In the last year, several Bank Secrecy Act or anti-money laundering problems have made headlines involving the large, globally connected banks: HSBC and Standard Chartered are examples. Smaller banks also get hit with fines on such issues as well. New York-based ICS Consulting Partners’ John White and Steven Lewis talked to Bank Director magazine about the current enforcement environment and what bank boards can do to protect their institutions.
What is BSA/AML?
Steven Lewis: It refers to the Bank Secrecy Act of 1970 and related anti-money laundering (AML) laws. They are designed to thwart criminal and terrorist access to the banking system. One of the best ways to cut off crime is to make it difficult to spend the money. The USA Patriot Act of 2001 was one of many laws over the years that have ratcheted up BSA/AML requirements.
Do you think regulators have gotten tougher in enforcing BSA/AML rules?
John White: I think the regulators have expanded their examinations and are drilling deeper into issues. It is no longer enough to know your customer. You have to know your customer’s customer. If the customer is engaged in international trade, for example, who is receiving the goods? They are insisting that banks have adequate management expertise, strong processes (systems) and good internal controls. However, it can be difficult for a community bank to invest the needed resources in BSA/AML personnel and systems. It requires significant effort to maintain the program at a level that will meet regulatory scrutiny. Community banks are held to the same standards as the larger banks and often supplement their resources by contracting with consulting firms to assist in implementing their programs.

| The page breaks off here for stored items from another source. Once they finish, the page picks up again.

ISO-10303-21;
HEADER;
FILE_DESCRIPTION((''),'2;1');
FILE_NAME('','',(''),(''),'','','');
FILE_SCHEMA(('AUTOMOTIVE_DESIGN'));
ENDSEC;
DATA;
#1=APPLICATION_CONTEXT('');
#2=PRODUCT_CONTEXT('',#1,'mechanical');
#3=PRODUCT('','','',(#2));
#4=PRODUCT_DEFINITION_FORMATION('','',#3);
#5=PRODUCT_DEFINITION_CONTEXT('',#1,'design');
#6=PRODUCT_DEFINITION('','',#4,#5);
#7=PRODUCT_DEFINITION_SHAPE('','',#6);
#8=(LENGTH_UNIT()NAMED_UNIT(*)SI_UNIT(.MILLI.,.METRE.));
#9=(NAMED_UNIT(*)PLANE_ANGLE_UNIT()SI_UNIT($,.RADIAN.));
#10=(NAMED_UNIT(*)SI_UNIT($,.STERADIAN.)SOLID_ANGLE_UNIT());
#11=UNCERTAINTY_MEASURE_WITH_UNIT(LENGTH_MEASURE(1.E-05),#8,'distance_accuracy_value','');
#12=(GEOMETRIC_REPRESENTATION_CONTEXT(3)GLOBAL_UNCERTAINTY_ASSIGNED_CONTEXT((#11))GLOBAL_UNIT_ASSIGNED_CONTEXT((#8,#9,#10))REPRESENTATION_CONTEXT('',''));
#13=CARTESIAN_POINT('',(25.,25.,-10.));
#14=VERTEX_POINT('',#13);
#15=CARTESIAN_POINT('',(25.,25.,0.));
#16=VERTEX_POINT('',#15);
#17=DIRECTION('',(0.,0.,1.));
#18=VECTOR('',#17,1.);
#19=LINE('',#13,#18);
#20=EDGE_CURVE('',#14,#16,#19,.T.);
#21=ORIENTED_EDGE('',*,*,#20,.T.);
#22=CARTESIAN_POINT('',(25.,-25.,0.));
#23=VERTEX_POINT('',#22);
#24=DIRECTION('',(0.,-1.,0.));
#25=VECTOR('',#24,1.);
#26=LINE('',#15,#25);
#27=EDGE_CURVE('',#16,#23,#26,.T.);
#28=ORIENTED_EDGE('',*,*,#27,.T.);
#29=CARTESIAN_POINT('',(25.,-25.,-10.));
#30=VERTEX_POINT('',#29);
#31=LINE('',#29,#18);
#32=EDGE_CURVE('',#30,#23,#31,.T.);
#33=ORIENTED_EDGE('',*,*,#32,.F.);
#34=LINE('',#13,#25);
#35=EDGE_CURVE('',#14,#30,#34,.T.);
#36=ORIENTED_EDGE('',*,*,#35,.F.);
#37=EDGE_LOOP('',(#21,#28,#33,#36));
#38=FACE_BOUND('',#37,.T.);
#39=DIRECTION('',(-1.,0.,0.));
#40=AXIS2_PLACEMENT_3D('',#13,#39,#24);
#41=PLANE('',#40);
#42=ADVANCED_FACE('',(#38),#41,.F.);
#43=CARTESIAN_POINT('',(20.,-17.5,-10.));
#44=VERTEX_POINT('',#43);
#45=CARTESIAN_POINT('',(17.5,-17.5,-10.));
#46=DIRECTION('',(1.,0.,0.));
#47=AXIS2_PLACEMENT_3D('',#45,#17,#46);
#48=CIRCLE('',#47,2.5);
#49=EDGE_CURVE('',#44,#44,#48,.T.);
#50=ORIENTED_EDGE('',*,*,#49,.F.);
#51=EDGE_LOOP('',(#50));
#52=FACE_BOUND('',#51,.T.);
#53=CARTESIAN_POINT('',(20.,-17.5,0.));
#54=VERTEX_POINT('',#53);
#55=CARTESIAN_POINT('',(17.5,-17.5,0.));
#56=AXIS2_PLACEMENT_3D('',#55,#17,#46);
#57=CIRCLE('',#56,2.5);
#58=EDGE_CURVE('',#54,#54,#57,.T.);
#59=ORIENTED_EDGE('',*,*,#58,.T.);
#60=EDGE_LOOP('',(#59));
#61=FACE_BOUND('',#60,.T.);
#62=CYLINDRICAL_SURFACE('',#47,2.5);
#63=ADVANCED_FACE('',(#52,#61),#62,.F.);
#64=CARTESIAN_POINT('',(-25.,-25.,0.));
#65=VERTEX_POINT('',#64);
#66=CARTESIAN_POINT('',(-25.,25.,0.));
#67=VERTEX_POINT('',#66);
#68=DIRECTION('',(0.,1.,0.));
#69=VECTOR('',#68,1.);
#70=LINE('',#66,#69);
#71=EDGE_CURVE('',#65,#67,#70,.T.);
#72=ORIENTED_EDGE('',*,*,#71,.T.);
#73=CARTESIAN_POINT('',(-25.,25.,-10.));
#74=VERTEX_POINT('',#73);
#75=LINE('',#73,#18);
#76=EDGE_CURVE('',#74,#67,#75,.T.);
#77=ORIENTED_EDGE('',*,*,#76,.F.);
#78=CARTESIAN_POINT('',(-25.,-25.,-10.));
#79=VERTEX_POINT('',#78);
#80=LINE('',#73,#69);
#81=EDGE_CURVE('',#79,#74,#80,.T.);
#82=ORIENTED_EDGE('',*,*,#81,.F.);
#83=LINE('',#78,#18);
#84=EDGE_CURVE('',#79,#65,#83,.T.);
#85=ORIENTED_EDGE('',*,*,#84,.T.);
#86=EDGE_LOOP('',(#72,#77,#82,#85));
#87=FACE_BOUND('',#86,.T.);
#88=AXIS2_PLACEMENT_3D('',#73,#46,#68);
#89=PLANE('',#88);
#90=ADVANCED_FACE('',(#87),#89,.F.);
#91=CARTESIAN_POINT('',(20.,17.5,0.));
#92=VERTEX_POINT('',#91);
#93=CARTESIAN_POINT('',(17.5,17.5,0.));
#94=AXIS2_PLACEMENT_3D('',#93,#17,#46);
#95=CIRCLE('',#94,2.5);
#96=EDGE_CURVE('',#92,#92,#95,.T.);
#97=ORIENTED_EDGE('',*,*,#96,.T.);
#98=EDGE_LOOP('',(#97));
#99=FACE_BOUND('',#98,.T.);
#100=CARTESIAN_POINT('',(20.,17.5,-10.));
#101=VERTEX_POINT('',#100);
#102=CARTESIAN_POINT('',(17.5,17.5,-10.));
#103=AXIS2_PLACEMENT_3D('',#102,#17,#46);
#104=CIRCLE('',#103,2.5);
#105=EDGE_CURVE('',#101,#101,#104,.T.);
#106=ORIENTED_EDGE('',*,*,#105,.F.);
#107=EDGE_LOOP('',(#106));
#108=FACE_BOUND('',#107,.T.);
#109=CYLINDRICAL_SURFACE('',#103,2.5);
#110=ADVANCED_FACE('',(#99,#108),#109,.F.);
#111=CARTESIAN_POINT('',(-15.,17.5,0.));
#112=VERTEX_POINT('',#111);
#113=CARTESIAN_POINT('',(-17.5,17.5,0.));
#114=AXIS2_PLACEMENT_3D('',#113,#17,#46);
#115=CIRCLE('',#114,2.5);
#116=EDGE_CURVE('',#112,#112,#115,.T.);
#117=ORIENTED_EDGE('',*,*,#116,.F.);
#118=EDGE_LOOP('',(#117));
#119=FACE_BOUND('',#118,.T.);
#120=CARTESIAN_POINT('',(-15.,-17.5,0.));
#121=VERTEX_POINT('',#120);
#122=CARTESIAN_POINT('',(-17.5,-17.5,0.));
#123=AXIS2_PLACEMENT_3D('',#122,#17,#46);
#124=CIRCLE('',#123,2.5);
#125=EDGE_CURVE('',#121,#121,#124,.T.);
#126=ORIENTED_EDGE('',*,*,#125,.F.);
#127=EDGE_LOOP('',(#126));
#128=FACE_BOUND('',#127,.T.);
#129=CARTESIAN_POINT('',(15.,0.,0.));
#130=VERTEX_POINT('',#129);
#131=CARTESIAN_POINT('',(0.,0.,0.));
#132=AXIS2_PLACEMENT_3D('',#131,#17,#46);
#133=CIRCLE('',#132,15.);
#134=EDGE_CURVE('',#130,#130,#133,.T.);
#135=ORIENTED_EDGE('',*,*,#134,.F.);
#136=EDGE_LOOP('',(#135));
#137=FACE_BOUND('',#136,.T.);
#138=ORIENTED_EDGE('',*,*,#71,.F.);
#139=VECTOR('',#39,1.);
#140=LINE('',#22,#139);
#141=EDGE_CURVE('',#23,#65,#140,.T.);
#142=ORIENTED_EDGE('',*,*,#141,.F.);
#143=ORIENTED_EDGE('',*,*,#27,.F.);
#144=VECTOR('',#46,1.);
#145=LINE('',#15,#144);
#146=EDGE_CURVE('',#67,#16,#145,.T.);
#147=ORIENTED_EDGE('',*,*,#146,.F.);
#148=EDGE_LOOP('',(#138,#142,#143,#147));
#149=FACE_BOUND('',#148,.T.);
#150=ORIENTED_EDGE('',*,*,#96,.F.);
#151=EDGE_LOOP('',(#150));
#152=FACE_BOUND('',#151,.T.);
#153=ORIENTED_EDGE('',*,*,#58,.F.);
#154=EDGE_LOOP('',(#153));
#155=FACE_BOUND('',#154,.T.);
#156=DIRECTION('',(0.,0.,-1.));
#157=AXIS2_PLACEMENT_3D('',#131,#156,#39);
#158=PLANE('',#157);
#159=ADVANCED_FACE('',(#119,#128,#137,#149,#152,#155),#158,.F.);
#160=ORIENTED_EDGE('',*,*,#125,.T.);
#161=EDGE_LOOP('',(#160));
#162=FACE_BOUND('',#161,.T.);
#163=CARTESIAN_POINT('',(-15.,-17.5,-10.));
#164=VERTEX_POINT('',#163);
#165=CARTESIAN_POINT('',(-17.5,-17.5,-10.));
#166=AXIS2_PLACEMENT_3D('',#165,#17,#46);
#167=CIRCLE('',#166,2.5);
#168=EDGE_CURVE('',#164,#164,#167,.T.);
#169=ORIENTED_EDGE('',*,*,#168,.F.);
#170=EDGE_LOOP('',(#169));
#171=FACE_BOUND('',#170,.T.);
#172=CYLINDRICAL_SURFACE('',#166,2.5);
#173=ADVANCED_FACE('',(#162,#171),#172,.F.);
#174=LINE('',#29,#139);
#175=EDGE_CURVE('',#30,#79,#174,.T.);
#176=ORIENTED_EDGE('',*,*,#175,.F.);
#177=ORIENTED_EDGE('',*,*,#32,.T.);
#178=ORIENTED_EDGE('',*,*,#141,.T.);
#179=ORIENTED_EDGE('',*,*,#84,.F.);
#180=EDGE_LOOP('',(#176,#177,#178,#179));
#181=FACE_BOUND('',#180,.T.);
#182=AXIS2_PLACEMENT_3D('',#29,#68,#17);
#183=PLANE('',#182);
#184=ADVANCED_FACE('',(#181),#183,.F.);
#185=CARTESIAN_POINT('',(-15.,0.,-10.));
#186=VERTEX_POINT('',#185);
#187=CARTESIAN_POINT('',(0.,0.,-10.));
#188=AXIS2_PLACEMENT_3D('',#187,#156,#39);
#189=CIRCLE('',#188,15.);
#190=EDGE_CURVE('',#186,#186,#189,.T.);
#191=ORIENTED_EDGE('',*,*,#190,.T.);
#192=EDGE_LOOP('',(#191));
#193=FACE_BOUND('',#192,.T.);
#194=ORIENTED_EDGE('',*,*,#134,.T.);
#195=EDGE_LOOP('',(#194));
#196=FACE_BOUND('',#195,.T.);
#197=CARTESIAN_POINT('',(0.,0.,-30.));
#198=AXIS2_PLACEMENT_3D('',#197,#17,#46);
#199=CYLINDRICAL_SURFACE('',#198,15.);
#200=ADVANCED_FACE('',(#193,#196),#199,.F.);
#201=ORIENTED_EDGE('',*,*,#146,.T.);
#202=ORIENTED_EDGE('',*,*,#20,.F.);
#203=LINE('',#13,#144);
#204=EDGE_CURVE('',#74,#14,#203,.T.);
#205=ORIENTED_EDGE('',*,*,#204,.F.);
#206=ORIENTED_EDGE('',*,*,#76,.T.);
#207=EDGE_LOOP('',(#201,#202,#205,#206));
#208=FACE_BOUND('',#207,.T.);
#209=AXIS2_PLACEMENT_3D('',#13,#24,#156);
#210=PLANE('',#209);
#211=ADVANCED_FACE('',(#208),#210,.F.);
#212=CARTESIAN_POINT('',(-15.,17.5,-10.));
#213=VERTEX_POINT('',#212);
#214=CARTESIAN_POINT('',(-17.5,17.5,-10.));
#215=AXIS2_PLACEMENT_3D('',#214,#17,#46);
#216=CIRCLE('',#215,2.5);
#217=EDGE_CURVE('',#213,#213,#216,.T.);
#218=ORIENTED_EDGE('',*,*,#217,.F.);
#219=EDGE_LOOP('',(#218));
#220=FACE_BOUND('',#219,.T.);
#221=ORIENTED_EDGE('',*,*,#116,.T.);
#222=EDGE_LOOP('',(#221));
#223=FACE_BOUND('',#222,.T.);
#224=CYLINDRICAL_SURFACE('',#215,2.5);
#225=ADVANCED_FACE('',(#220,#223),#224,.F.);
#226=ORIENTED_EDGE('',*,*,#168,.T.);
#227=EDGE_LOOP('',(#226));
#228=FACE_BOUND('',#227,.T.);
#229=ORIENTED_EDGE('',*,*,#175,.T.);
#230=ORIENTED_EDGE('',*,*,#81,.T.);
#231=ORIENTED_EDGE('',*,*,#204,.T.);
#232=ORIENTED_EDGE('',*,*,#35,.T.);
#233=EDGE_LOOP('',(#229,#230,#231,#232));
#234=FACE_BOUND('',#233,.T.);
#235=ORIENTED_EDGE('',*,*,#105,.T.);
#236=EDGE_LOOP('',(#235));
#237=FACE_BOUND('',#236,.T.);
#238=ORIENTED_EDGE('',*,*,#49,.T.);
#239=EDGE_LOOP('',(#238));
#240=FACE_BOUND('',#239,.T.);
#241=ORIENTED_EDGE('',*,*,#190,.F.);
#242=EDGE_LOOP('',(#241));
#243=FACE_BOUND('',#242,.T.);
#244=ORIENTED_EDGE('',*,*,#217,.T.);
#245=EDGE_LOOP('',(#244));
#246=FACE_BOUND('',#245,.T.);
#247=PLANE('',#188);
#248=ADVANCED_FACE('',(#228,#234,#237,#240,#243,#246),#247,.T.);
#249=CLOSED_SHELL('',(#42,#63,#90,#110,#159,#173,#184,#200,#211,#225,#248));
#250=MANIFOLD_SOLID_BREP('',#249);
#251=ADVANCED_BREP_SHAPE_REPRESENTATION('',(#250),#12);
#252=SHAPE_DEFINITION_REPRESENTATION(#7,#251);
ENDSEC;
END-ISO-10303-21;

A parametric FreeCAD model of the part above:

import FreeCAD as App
import Part
import Sketcher
from FreeCAD import Vector


def add_polygon(sketch, points):
    """Adds a closed chain of lines whose ends are joined by coincident constraints."""
    first, n = sketch.GeometryCount, len(points)
    for a, b in zip(points, points[1:] + points[:1]):
        sketch.addGeometry(Part.LineSegment(App.Vector(*a, 0), App.Vector(*b, 0)), False)
    for i in range(n):
        sketch.addConstraint(Sketcher.Constraint("Coincident", first + i, 2, first + (i + 1) % n, 1))

doc = App.newDocument("Part")
body = doc.addObject("PartDesign::Body", "Body")

# Sketch on XY plane
sketch1 = doc.addObject("Sketcher::SketchObject", "Sketch")
body.addObject(sketch1)
sketch1.AttachmentSupport = (doc.XY_Plane, [""])
sketch1.MapMode = "FlatFace"
sketch1.addGeometry(Part.Circle(Vector(0, 0, 0), Vector(0, 0, 1), 15), False)
sketch1.addGeometry(Part.Circle(Vector(0, 0, 0), Vector(0, 0, 1), 10), False)
sketch1.addConstraint(Sketcher.Constraint("Coincident", 0, 3, -1, 1))
sketch1.addConstraint(Sketcher.Constraint("Coincident", 1, 3, -1, 1))
sketch1.addConstraint(Sketcher.Constraint("Diameter", 0, 30.0))
sketch1.addConstraint(Sketcher.Constraint("Diameter", 1, 20.0))
pad1 = doc.addObject("PartDesign::Pad", "Pad")
body.addObject(pad1)
pad1.Profile = sketch1
pad1.Length = 30

# Sketch on XY plane
sketch2 = doc.addObject("Sketcher::SketchObject", "Sketch001")
body.addObject(sketch2)
sketch2.AttachmentSupport = (doc.XY_Plane, [""])
sketch2.MapMode = "FlatFace"
add_polygon(sketch2, [(25, 25), (25, -25), (-25, -25), (-25, 25)])  # lines 0-3
sketch2.addConstraint(Sketcher.Constraint("Vertical", 0))
sketch2.addConstraint(Sketcher.Constraint("Horizontal", 1))
sketch2.addConstraint(Sketcher.Constraint("Vertical", 2))
sketch2.addConstraint(Sketcher.Constraint("Horizontal", 3))
sketch2.addConstraint(Sketcher.Constraint("Symmetric", 0, 2, 2, 2, -1, 1))
sketch2.addConstraint(Sketcher.Constraint("Equal", 3, 0))
sketch2.addConstraint(Sketcher.Constraint("DistanceX", 1, 2, 1, 1, 50.0))
pad2 = doc.addObject("PartDesign::Pad", "Pad001")
body.addObject(pad2)
pad2.Profile = sketch2
pad2.Length = 10
pad2.Reversed = True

What is the role of the board in all of this?
John White: The board must understand the BSA program and risk profile. Board members who have responsibility for directly interacting with BSA compliance management must have a deeper understanding of AML laws. The board must interact with BSA compliance management and determine whether the bank has adequate and sufficient expertise to manage its program. The bank must have a BSA training program for all board members. Board members have been personally fined by regulators for negligence in their oversight of the BSA program. Bank boards cannot defend themselves by claiming they have a broad knowledge base when, in fact, there wasn’t adequate corporate governance over the BSA program.
What are some best practices in terms of operations?
John White: Management must have sound policies and procedures that are approved by the board. Management must prepare a BSA risk assessment to properly understand the underlying risks, use a BSA computer system that is validated on a periodic basis and have adequate resources and a strong internal control system, including a robust training program. The bank’s compliance committee must meet regularly and understand any trends that are occurring. In addition, the committee must ascertain that suspicious activities are recognized and reported on a timely basis. Branch personnel must be well trained in properly scrutinizing new customers, noting whether they are a potential high risk. When appropriate, staff must explain to a customer that his or her profile or transaction type is not acceptable to the bank.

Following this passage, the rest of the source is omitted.